Срета. Ну, об этом не беспокойся. Когда он влезет на трибуну Скупщины, он уже на крыши лазить не будет…
Еврем. Это правда!
Срета. Так что теперь у тебя два противника и потому работать надо поживее. Надо подготовить общественное мнение. Вот для этого и нужны плакаты. Ты знаешь, что такое общественное мнение?

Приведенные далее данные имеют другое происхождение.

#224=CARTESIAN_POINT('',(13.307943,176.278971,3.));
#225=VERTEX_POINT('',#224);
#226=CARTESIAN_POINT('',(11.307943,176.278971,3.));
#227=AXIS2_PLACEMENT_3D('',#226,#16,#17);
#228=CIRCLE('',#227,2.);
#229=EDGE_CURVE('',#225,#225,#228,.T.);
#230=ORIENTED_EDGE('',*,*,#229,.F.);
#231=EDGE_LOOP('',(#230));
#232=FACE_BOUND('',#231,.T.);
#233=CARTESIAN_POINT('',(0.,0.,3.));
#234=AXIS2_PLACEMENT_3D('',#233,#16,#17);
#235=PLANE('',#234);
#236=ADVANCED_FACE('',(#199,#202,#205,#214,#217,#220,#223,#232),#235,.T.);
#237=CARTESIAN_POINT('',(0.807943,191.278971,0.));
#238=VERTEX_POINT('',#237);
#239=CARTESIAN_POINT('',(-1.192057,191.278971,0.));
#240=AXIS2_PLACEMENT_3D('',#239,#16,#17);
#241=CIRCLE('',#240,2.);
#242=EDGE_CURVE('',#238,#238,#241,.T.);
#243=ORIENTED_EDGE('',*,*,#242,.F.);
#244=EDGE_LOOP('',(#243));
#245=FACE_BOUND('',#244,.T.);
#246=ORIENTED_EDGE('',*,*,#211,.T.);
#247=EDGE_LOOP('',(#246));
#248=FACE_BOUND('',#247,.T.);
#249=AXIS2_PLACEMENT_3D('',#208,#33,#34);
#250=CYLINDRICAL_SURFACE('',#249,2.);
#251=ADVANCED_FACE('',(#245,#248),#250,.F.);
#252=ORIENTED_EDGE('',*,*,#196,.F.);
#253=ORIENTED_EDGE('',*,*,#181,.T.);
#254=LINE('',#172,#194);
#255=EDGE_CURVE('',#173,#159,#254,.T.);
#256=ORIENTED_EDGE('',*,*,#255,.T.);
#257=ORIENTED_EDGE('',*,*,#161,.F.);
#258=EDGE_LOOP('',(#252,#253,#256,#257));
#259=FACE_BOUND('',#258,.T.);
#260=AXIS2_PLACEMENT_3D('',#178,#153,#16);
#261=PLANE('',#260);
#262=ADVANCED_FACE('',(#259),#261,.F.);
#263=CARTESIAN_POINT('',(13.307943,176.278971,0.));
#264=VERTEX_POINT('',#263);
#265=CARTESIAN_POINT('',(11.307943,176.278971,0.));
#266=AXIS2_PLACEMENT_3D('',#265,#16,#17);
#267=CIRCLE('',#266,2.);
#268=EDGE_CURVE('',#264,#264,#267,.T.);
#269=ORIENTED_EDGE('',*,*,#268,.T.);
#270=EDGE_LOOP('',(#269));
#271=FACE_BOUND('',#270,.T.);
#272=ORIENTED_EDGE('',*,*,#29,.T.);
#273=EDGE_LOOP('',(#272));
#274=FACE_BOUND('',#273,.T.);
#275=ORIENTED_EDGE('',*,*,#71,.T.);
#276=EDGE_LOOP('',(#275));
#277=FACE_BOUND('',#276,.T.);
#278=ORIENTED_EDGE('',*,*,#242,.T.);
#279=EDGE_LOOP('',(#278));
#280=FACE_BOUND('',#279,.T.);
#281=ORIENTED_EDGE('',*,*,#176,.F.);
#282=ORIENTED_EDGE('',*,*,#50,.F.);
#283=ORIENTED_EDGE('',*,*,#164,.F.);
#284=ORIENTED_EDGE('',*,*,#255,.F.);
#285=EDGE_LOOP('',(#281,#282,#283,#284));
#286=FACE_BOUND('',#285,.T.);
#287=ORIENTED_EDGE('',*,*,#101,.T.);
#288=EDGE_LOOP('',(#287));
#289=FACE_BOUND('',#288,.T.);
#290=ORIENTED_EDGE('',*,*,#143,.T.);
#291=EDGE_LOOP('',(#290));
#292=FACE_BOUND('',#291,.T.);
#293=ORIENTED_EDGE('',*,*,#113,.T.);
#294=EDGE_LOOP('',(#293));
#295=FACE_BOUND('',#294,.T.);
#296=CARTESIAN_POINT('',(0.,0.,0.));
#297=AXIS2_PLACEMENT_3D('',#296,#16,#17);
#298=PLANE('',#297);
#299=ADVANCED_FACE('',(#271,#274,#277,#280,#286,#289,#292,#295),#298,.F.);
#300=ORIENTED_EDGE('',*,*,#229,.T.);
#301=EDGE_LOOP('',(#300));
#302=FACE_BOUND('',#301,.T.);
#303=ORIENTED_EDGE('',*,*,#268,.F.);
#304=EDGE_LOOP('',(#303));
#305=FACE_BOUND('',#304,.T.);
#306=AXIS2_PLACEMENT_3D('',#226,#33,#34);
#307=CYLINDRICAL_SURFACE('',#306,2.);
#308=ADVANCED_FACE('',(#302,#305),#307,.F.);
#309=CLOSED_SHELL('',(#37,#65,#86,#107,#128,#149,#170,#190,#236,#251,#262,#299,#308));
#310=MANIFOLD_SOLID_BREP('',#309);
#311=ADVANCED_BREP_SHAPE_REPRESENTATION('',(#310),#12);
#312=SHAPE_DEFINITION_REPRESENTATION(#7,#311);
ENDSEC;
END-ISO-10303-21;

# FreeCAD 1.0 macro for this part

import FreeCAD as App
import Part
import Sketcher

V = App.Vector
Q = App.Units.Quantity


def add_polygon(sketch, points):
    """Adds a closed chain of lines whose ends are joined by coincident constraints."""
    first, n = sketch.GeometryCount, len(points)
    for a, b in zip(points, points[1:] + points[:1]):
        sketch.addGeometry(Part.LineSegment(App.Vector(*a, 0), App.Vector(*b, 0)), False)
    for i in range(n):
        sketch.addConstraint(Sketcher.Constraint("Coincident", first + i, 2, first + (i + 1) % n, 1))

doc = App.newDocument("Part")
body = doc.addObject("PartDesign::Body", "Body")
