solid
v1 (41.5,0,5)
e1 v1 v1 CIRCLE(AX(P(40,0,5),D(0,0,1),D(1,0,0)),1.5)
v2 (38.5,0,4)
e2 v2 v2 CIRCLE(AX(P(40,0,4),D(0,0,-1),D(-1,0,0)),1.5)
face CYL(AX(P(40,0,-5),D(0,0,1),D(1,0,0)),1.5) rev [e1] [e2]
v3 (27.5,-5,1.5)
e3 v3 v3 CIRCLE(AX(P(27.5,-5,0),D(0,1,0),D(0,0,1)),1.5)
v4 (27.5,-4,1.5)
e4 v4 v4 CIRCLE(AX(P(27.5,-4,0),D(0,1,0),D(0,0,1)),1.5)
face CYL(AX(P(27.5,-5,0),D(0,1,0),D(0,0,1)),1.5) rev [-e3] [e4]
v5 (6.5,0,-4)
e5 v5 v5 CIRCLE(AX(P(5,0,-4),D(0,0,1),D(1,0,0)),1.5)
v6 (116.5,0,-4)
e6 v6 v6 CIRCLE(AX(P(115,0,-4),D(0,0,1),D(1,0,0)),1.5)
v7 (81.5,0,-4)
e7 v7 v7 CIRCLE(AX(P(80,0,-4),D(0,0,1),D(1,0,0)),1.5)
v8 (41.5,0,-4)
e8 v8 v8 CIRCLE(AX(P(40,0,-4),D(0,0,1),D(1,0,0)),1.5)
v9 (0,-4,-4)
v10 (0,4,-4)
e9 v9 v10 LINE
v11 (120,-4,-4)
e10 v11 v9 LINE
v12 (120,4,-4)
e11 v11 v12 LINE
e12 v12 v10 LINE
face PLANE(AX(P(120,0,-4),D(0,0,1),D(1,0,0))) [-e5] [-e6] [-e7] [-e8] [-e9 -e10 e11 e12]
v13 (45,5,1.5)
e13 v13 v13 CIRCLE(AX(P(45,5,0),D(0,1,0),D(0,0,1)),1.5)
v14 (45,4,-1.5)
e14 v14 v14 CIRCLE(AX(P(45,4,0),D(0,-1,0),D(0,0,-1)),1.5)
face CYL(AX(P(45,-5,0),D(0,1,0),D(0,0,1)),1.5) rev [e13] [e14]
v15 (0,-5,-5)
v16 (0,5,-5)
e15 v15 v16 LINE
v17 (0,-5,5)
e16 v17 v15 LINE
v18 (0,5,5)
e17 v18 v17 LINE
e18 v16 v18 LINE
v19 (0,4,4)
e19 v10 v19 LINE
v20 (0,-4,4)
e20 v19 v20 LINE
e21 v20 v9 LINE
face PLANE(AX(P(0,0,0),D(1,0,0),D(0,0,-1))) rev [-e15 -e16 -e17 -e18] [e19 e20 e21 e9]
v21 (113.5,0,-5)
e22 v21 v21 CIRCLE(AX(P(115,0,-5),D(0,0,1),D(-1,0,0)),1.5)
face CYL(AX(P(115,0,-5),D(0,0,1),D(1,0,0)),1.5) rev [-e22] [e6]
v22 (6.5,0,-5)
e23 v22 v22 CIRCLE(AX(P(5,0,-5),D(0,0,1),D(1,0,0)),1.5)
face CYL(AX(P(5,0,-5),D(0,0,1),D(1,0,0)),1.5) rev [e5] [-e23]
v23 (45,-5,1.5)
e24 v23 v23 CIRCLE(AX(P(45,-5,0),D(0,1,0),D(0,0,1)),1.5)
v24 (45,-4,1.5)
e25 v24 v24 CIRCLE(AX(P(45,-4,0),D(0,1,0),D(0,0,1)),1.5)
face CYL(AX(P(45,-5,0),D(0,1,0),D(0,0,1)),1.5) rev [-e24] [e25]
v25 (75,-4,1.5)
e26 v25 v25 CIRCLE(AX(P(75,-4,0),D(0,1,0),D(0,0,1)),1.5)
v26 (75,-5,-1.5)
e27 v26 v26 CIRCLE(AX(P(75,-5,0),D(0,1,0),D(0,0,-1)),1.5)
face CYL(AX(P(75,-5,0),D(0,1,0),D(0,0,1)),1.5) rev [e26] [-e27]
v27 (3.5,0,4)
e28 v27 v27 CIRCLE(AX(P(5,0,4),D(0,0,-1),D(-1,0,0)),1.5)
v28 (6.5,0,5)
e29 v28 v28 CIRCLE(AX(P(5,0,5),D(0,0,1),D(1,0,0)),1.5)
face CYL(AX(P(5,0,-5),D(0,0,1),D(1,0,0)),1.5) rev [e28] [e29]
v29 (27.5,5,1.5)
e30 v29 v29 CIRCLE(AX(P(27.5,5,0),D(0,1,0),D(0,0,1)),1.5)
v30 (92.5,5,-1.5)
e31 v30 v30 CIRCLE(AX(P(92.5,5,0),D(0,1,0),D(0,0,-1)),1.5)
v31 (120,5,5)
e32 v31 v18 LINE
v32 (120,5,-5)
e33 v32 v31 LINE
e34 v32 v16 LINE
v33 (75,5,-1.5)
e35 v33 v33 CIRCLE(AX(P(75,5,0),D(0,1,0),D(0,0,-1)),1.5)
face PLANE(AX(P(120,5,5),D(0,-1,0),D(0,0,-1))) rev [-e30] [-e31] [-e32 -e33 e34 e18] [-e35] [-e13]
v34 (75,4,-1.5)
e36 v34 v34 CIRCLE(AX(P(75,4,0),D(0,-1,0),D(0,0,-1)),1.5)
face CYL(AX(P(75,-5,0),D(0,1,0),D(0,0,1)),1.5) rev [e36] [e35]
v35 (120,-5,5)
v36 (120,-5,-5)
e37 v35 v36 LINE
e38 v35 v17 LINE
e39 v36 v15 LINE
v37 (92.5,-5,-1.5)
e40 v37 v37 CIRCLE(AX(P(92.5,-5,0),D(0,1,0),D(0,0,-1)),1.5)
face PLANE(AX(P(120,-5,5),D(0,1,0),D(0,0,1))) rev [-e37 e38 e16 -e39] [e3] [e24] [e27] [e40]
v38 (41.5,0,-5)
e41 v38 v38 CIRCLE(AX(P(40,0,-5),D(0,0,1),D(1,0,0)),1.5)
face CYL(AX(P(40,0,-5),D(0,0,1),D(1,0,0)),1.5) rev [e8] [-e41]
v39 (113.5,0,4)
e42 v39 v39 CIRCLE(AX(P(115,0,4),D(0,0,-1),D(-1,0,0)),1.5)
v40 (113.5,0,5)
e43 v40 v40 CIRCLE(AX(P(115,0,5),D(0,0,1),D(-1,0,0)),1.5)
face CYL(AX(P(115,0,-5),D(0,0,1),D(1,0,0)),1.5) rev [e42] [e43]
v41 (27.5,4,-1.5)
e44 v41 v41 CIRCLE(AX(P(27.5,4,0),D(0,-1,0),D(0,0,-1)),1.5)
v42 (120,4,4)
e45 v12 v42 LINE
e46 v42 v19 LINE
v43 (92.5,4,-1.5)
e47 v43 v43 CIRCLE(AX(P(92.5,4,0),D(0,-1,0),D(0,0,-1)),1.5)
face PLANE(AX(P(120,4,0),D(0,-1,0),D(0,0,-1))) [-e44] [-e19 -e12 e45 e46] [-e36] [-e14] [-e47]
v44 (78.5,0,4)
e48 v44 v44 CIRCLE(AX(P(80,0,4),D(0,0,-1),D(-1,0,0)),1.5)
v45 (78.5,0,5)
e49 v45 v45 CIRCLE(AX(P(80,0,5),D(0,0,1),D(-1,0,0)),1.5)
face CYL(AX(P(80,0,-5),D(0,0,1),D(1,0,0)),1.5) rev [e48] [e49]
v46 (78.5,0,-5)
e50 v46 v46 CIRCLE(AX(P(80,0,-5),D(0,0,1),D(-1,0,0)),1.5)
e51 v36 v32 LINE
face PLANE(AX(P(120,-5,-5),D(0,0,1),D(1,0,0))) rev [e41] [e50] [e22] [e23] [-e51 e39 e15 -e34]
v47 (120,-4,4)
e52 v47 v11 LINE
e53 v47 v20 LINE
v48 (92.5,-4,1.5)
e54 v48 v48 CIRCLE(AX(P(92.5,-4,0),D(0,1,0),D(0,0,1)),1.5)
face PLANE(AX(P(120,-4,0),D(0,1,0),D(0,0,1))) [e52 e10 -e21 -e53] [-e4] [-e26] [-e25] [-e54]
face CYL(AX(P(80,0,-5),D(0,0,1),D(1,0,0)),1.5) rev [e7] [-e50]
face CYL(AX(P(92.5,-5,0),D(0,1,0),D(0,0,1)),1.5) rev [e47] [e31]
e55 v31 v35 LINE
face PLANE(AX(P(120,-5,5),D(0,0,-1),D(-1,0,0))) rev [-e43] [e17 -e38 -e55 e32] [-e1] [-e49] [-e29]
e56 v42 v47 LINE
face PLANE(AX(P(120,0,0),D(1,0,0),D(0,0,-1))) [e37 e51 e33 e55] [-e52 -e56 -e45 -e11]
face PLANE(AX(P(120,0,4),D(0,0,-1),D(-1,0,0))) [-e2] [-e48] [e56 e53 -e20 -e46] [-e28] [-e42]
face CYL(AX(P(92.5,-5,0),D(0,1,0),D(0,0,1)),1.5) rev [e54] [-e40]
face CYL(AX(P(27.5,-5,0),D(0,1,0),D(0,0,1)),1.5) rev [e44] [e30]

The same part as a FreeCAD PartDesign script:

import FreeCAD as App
import Part
import Sketcher
Q = App.Units.Quantity


def add_polygon(sketch, points):
    """Adds a closed chain of lines whose ends are joined by coincident constraints."""
    first, n = sketch.GeometryCount, len(points)
    for a, b in zip(points, points[1:] + points[:1]):
        sketch.addGeometry(Part.LineSegment(App.Vector(*a, 0), App.Vector(*b, 0)), False)
    for i in range(n):
        sketch.addConstraint(Sketcher.Constraint("Coincident", first + i, 2, first + (i + 1) % n, 1))

doc = App.newDocument("Part")
body = doc.addObject("PartDesign::Body", "Body")

# Sketch on YZ plane
sketch1 = body.newObject("Sketcher::SketchObject", "Sketch")
sketch1.AttachmentSupport = (doc.getObject("YZ_Plane"), [""])
sketch1.MapMode = "FlatFace"
add_polygon(sketch1, [(5, 5), (-5, 5), (-5, -5), (5, -5)])  # lines 0-3
add_polygon(sketch1, [(-4, -4), (-4, 4), (4, 4), (4, -4)])  # lines 4-7
sketch1.addConstraint([
    Sketcher.Constraint("Horizontal", 0),
    Sketcher.Constraint("Vertical", 1),
    Sketcher.Constraint("Horizontal", 2),
    Sketcher.Constraint("Vertical", 3),
    Sketcher.Constraint("Vertical", 4),
    Sketcher.Constraint("Horizontal", 5),
    Sketcher.Constraint("Vertical", 6),
    Sketcher.Constraint("Horizontal", 7),
    Sketcher.Constraint("Symmetric", 0, 2, 2, 2, -1, 1),
    Sketcher.Constraint("Symmetric", 4, 2, 6, 2, -1, 1),
    Sketcher.Constraint("Equal", 2, 1),
    Sketcher.Constraint("Equal", 7, 4),
    Sketcher.Constraint("DistanceX", 0, 2, 0, 1, Q("10 mm")),
    Sketcher.Constraint("DistanceX", 5, 1, 5, 2, Q("8 mm")),
])
pad1 = body.newObject("PartDesign::Pad", "Pad")
pad1.Profile = sketch1
pad1.Length = 120

# Sketch on XY plane
sketch2 = body.newObject("Sketcher::SketchObject", "Sketch001")
sketch2.AttachmentSupport = (doc.getObject("XY_Plane"), [""])
sketch2.MapMode = "FlatFace"
sketch2.AttachmentOffset = App.Placement(App.Vector(0, 0, 5), App.Rotation())
sketch2.addGeometry([
    Part.Circle(App.Vector(5, 0, 0), App.Vector(0, 0, 1), 1.5),
    Part.Circle(App.Vector(115, 0, 0), App.Vector(0, 0, 1), 1.5),
    Part.Circle(App.Vector(40, 0, 0), App.Vector(0, 0, 1), 1.5),
    Part.Circle(App.Vector(80, 0, 0), App.Vector(0, 0, 1), 1.5),
], False)
sketch2.addConstraint([
    Sketcher.Constraint("Equal", 0, 1),
    Sketcher.Constraint("Equal", 1, 2),
    Sketcher.Constraint("Equal", 2, 3),
    Sketcher.Constraint("PointOnObject", 0, 3, -1),
    Sketcher.Constraint("PointOnObject", 1, 3, -1),
    Sketcher.Constraint("PointOnObject", 2, 3, -1),
    Sketcher.Constraint("PointOnObject", 3, 3, -1),
    Sketcher.Constraint("Diameter", 0, Q("3 mm")),
    Sketcher.Constraint("DistanceX", -1, 1, 0, 3, Q("5 mm")),
    Sketcher.Constraint("DistanceX", -1, 1, 1, 3, Q("115 mm")),
    Sketcher.Constraint("DistanceX", -1, 1, 2, 3, Q("40 mm")),
    Sketcher.Constraint("DistanceX", -1, 1, 3, 3, Q("80 mm")),
])
pocket1 = body.newObject("PartDesign::Pocket", "Pocket")
pocket1.Profile = sketch2
pocket1.Type = "ThroughAll"

# Sketch on XZ plane
sketch3 = body.newObject("Sketcher::SketchObject", "Sketch002")
sketch3.AttachmentSupport = (doc.getObject("XZ_Plane"), [""])
sketch3.MapMode = "FlatFace"
sketch3.AttachmentOffset = App.Placement(App.Vector(0, 0, -5), App.Rotation())
sketch3.addGeometry([
    Part.Circle(App.Vector(45, 0, 0), App.Vector(0, 0, 1), 1.5),
    Part.Circle(App.Vector(75, 0, 0), App.Vector(0, 0, 1), 1.5),
    Part.Circle(App.Vector(27.5, 0, 0), App.Vector(0, 0, 1), 1.5),
    Part.Circle(App.Vector(92.5, 0, 0), App.Vector(0, 0, 1), 1.5),
], False)
sketch3.addConstraint([
    Sketcher.Constraint("Equal", 0, 1),
    Sketcher.Constraint("Equal", 1, 2),
    Sketcher.Constraint("Equal", 2, 3),
    Sketcher.Constraint("PointOnObject", 0, 3, -1),
    Sketcher.Constraint("PointOnObject", 1, 3, -1),
    Sketcher.Constraint("PointOnObject", 2, 3, -1),
    Sketcher.Constraint("PointOnObject", 3, 3, -1),
    Sketcher.Constraint("Diameter", 0, Q("3 mm")),
    Sketcher.Constraint("DistanceX", -1, 1, 0, 3, Q("45 mm")),
    Sketcher.Constraint("DistanceX", -1, 1, 1, 3, Q("75 mm")),
    Sketcher.Constraint("DistanceX", 2, 3, 3, 3, Q("65 mm")),
    Sketcher.Constraint("DistanceX", -1, 1, 2, 3, Q("27.5 mm")),
])
pocket2 = body.newObject("PartDesign::Pocket", "Pocket001")
pocket2.Profile = sketch3
pocket2.Type = "ThroughAll"
pocket2.Reversed = True

doc.recompute()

Еврем. Да, знаю, это… газеты.
Срета. Эх ты, «газеты»! В газетах, брат, подают только то, что уже испечено, а прежде чем испечь, нужно сначала замесить, да посолить, да поставить побродить, а потом уж в форму, да на лопату, да и в печку.
Еврем. Чтоб испечь?
Срета. Вот именно – испечь. А главное замесить. Тут надо быть мастером. Ты представляешь, как замешивают общественное мнение? Вот слушай, я тебе расскажу. Утром, когда я проснусь и начинаю одеваться, жена несет мне чашку воды с сахаром, и, пока я пью, она рассказывает мне все, что слышала от своей приятельницы Маци возле колодца, когда брала воду. А если, скажем, ты не пьешь воду с сахаром, то все равно – и ты, и он, и любой другой – первые новости всегда узнаем от жены. И вот наберемся мы всяких новостей у себя дома и собираемся все в кофейню, чтобы выпить утром, как положено, чашку кофе. Придет и почтальон, который успел уже все газеты прочесть, и телеграфист, который хвастается, будто умеет одним правым ухом слушать международные телеграммы, и окружной писарь, которому всегда известны все самые секретные приказы и распоряжения, и мы – все остальные.